#### [Exercise goal]
Could you print exactly the lines of the listing below, starting at the line that has "#238=CARTESIAN_POINT('',(2.146231,0.,-40.767013));" and ending at the line that has "#259=PLANE('',#258);", and only those lines?

#### [Exercise inputs]
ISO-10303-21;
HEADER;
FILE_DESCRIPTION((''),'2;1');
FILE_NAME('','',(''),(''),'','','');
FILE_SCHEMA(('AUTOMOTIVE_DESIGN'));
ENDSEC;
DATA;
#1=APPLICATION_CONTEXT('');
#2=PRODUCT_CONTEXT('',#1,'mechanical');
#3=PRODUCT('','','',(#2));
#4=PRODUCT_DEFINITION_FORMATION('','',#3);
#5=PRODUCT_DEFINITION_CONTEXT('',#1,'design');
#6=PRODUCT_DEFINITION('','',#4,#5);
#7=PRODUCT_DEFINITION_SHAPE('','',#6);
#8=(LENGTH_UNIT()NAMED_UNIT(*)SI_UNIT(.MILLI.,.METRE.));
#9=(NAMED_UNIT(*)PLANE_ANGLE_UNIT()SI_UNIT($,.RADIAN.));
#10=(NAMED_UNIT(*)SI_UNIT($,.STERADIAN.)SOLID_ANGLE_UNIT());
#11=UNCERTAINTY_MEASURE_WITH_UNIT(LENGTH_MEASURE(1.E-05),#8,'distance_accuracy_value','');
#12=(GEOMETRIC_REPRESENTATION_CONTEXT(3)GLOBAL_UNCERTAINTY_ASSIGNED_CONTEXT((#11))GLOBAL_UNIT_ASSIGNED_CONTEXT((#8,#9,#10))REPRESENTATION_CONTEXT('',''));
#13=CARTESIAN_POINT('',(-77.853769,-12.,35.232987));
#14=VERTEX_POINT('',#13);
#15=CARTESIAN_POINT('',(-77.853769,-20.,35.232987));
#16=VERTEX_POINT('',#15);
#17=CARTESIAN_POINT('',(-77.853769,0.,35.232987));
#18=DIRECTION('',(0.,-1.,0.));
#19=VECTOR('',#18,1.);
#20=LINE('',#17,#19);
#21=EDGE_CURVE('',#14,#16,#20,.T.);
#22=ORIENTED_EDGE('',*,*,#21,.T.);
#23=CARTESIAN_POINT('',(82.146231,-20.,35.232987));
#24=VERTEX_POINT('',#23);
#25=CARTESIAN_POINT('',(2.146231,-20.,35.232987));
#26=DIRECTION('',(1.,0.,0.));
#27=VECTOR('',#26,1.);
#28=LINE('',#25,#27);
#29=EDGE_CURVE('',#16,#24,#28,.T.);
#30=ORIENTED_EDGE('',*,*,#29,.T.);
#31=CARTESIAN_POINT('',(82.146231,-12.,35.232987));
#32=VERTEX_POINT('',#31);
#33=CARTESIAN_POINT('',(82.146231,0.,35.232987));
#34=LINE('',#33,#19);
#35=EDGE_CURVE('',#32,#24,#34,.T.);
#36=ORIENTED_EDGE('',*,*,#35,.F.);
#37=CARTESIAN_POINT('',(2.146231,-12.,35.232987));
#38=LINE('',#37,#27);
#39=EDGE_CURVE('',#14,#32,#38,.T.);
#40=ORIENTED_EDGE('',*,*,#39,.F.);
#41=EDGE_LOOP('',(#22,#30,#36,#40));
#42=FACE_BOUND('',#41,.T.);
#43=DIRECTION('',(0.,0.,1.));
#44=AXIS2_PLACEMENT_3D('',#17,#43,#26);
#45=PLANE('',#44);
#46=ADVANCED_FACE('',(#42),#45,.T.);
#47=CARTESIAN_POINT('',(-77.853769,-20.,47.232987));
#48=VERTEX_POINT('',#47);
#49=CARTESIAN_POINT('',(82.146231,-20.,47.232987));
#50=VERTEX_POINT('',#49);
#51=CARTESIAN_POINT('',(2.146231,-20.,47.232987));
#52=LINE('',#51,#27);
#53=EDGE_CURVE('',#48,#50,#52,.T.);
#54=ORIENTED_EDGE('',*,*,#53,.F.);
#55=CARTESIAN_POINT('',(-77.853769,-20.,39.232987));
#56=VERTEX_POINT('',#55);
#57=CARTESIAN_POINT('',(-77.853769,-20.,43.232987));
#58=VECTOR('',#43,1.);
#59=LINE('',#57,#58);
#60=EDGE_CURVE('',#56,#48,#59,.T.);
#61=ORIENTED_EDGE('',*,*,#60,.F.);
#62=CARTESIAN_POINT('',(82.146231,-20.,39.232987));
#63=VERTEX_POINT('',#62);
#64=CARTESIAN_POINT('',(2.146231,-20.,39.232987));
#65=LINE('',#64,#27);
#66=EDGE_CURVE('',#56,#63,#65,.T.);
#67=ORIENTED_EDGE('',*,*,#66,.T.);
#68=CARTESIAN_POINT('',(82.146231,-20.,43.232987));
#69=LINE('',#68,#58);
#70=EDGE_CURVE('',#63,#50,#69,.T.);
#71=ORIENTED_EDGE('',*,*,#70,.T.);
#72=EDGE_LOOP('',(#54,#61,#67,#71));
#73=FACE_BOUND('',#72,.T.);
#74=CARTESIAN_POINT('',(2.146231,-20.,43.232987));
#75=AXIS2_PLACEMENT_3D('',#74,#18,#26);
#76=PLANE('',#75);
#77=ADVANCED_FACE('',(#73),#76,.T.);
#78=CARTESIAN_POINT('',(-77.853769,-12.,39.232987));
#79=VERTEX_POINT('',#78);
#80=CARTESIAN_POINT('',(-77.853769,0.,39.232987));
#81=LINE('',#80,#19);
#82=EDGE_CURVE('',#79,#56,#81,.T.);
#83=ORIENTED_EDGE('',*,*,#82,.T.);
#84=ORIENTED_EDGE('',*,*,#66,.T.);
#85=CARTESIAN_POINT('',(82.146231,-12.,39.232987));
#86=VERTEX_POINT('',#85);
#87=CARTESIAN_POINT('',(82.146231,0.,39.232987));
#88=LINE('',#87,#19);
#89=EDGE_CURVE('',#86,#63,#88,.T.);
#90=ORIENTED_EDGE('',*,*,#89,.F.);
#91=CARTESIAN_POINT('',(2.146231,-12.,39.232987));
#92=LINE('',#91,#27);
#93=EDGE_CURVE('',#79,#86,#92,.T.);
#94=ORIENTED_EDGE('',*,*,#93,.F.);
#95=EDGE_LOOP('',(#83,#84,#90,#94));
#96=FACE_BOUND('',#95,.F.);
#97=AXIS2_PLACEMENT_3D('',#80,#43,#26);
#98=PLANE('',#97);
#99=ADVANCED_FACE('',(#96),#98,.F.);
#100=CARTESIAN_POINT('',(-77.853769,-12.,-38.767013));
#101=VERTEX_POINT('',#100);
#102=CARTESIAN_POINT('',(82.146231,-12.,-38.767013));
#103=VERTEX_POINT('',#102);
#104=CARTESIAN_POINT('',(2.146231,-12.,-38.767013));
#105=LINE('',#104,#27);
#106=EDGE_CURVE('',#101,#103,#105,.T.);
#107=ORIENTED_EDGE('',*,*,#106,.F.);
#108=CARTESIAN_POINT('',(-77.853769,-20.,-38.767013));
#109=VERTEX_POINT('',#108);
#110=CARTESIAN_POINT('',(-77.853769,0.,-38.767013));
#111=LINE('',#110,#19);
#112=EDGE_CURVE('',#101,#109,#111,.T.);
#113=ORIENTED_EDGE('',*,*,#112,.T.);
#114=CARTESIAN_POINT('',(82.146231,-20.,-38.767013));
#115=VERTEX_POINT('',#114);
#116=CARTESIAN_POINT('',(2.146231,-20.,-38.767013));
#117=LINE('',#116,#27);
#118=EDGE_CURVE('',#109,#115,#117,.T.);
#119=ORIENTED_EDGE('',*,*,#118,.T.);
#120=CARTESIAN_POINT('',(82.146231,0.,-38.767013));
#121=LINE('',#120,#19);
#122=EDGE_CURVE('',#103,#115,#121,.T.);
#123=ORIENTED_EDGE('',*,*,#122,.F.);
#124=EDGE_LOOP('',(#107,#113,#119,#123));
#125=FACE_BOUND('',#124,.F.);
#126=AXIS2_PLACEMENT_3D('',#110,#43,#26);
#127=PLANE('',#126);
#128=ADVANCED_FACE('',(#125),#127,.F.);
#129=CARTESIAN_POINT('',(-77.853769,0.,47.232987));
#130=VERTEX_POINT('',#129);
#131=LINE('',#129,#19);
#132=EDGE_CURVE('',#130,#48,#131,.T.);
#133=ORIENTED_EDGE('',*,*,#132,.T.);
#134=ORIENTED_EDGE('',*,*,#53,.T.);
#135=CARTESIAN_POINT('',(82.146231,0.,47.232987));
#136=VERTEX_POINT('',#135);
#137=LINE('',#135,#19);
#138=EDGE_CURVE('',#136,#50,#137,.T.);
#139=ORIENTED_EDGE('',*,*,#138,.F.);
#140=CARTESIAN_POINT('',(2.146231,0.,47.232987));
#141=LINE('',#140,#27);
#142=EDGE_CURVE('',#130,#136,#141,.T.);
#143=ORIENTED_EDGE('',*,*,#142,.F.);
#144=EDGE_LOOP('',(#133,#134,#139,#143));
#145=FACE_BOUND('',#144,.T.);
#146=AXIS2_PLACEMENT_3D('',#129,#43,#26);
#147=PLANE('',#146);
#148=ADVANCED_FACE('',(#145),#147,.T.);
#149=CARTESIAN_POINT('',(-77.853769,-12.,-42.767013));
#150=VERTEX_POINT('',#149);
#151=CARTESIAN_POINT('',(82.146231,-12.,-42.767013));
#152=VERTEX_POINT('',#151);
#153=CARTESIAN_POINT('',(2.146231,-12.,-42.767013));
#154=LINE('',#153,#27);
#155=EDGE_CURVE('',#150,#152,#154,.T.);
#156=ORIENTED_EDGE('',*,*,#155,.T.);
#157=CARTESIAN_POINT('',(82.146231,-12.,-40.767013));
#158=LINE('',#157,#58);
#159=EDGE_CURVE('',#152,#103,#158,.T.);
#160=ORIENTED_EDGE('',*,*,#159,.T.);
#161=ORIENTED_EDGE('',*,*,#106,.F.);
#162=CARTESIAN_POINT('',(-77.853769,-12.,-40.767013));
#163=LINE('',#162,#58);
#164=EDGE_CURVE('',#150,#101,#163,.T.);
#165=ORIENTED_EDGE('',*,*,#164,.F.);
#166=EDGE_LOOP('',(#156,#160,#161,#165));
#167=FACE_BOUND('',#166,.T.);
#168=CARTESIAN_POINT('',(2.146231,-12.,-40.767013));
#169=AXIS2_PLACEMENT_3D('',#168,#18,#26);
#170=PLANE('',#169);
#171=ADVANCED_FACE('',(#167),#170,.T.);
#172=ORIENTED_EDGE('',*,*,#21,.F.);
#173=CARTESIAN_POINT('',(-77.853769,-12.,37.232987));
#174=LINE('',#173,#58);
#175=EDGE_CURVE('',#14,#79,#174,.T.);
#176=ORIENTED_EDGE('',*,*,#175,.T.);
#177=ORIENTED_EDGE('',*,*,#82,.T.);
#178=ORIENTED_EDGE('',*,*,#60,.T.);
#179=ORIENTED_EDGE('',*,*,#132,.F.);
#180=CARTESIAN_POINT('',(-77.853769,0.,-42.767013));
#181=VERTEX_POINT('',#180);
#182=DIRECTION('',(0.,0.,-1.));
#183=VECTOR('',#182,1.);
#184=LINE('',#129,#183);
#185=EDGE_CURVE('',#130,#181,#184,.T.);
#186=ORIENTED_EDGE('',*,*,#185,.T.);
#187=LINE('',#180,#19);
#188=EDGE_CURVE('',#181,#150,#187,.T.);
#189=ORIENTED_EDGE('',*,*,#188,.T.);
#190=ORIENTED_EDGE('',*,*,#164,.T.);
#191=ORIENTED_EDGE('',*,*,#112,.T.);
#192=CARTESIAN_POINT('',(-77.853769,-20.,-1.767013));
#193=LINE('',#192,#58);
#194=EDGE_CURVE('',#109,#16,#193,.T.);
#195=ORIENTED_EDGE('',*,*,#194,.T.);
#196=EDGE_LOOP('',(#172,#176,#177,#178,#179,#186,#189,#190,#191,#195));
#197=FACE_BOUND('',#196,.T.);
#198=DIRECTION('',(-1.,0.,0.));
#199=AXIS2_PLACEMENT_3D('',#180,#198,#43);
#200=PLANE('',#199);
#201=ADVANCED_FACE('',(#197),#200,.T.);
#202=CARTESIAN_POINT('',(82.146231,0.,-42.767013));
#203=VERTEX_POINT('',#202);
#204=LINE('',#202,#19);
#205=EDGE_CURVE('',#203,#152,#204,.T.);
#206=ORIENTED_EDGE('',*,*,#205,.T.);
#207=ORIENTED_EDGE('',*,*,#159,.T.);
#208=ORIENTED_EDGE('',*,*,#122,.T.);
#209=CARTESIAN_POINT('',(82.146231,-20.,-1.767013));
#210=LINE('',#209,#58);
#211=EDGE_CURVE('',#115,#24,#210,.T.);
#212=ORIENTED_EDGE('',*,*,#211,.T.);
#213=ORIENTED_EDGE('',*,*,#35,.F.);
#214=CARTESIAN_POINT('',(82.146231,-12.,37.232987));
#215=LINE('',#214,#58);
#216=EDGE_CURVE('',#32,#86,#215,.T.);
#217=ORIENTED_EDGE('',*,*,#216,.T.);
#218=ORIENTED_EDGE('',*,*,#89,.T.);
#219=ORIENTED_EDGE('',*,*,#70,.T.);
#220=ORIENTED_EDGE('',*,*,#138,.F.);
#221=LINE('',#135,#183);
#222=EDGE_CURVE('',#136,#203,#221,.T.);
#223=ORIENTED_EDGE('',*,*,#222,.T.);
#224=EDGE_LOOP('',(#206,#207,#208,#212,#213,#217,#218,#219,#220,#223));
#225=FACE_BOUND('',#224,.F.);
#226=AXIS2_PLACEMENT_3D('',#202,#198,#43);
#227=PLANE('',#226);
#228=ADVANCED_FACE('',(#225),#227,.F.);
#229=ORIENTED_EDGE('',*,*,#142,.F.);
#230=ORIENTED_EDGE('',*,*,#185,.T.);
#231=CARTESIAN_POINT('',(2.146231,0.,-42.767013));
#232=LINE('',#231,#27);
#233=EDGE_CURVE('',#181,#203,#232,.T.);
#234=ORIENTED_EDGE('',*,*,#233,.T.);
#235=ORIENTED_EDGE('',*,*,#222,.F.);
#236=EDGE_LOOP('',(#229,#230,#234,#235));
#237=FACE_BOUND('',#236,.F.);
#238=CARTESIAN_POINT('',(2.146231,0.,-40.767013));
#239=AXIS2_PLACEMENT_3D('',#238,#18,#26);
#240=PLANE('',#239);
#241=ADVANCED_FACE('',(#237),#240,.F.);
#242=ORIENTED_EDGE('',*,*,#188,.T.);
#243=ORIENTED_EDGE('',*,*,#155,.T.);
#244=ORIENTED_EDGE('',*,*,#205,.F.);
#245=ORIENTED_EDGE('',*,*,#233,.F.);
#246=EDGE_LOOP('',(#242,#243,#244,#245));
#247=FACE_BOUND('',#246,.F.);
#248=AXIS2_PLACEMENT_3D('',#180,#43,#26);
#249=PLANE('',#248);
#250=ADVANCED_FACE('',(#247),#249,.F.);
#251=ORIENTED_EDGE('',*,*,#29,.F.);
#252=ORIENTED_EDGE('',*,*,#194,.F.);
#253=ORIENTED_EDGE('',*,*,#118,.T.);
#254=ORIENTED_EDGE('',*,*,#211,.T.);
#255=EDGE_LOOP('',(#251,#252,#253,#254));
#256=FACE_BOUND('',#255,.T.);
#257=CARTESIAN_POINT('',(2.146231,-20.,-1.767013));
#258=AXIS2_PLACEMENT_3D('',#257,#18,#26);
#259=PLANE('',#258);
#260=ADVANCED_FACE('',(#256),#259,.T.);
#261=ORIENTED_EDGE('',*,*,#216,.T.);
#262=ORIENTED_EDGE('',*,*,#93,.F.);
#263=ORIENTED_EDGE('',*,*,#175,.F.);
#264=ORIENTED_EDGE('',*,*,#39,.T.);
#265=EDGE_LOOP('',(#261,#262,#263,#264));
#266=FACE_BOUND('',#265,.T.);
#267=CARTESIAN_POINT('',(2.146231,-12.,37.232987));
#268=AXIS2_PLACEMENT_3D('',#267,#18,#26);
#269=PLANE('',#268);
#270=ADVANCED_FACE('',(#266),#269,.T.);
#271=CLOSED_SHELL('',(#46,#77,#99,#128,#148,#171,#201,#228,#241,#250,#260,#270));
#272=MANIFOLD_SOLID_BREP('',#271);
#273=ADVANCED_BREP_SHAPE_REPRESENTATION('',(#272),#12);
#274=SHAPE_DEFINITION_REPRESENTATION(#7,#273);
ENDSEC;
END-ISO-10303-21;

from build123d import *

# Parameters (mm, degrees)
F0_W     = 160
F0_H     = 74
F1_DEPTH = 20
F0_H_2   = 8
F2_DEPTH = 20
F0_H_3   = 4
F3_DEPTH = 12
F4_DEPTH = 12


with BuildPart() as f1:
    # F0 (on Front) → F1 (new body)
    with BuildSketch(Plane.XZ):
        with Locations((2.1462311399, -1.7670125663)):
            Rectangle(F0_W, F0_H)
    extrude(amount=F1_DEPTH)



with BuildPart() as f2:
    # F0 (on Front) → F2 (new body)
    with BuildSketch(Plane.XZ):
        with Locations((2.1462311399, 43.2329874337)):
            Rectangle(F0_W, F0_H_2)
    extrude(amount=F2_DEPTH)


with BuildPart() as f1_1:
    add(f1.part)

    add(f2.part)  # F3 merges F2
    # F0 (on Front) → F3 (join)
    with BuildSketch(Plane.XZ):
        with Locations((2.1462311399, 37.2329874337)):
            Rectangle(F0_W, F0_H_3)
    extrude(amount=F3_DEPTH)

    # F0 (on Front) → F4 (join)
    with BuildSketch(Plane.XZ):
        with Locations((2.1462311399, -40.7670125663)):
            Rectangle(F0_W, F0_H_3)
    extrude(amount=F4_DEPTH)


solid = f1_1.part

#### [Your solution]
#238=CARTESIAN_POINT('',(2.146231,0.,-40.767013));
#239=AXIS2_PLACEMENT_3D('',#238,#18,#26);
#240=PLANE('',#239);
#241=ADVANCED_FACE('',(#237),#240,.F.);
#242=ORIENTED_EDGE('',*,*,#188,.T.);
#243=ORIENTED_EDGE('',*,*,#155,.T.);
#244=ORIENTED_EDGE('',*,*,#205,.F.);
#245=ORIENTED_EDGE('',*,*,#233,.F.);
#246=EDGE_LOOP('',(#242,#243,#244,#245));
#247=FACE_BOUND('',#246,.F.);
#248=AXIS2_PLACEMENT_3D('',#180,#43,#26);
#249=PLANE('',#248);
#250=ADVANCED_FACE('',(#247),#249,.F.);
#251=ORIENTED_EDGE('',*,*,#29,.F.);
#252=ORIENTED_EDGE('',*,*,#194,.F.);
#253=ORIENTED_EDGE('',*,*,#118,.T.);
#254=ORIENTED_EDGE('',*,*,#211,.T.);
#255=EDGE_LOOP('',(#251,#252,#253,#254));
#256=FACE_BOUND('',#255,.T.);
#257=CARTESIAN_POINT('',(2.146231,-20.,-1.767013));
#258=AXIS2_PLACEMENT_3D('',#257,#18,#26);
#259=PLANE('',#258);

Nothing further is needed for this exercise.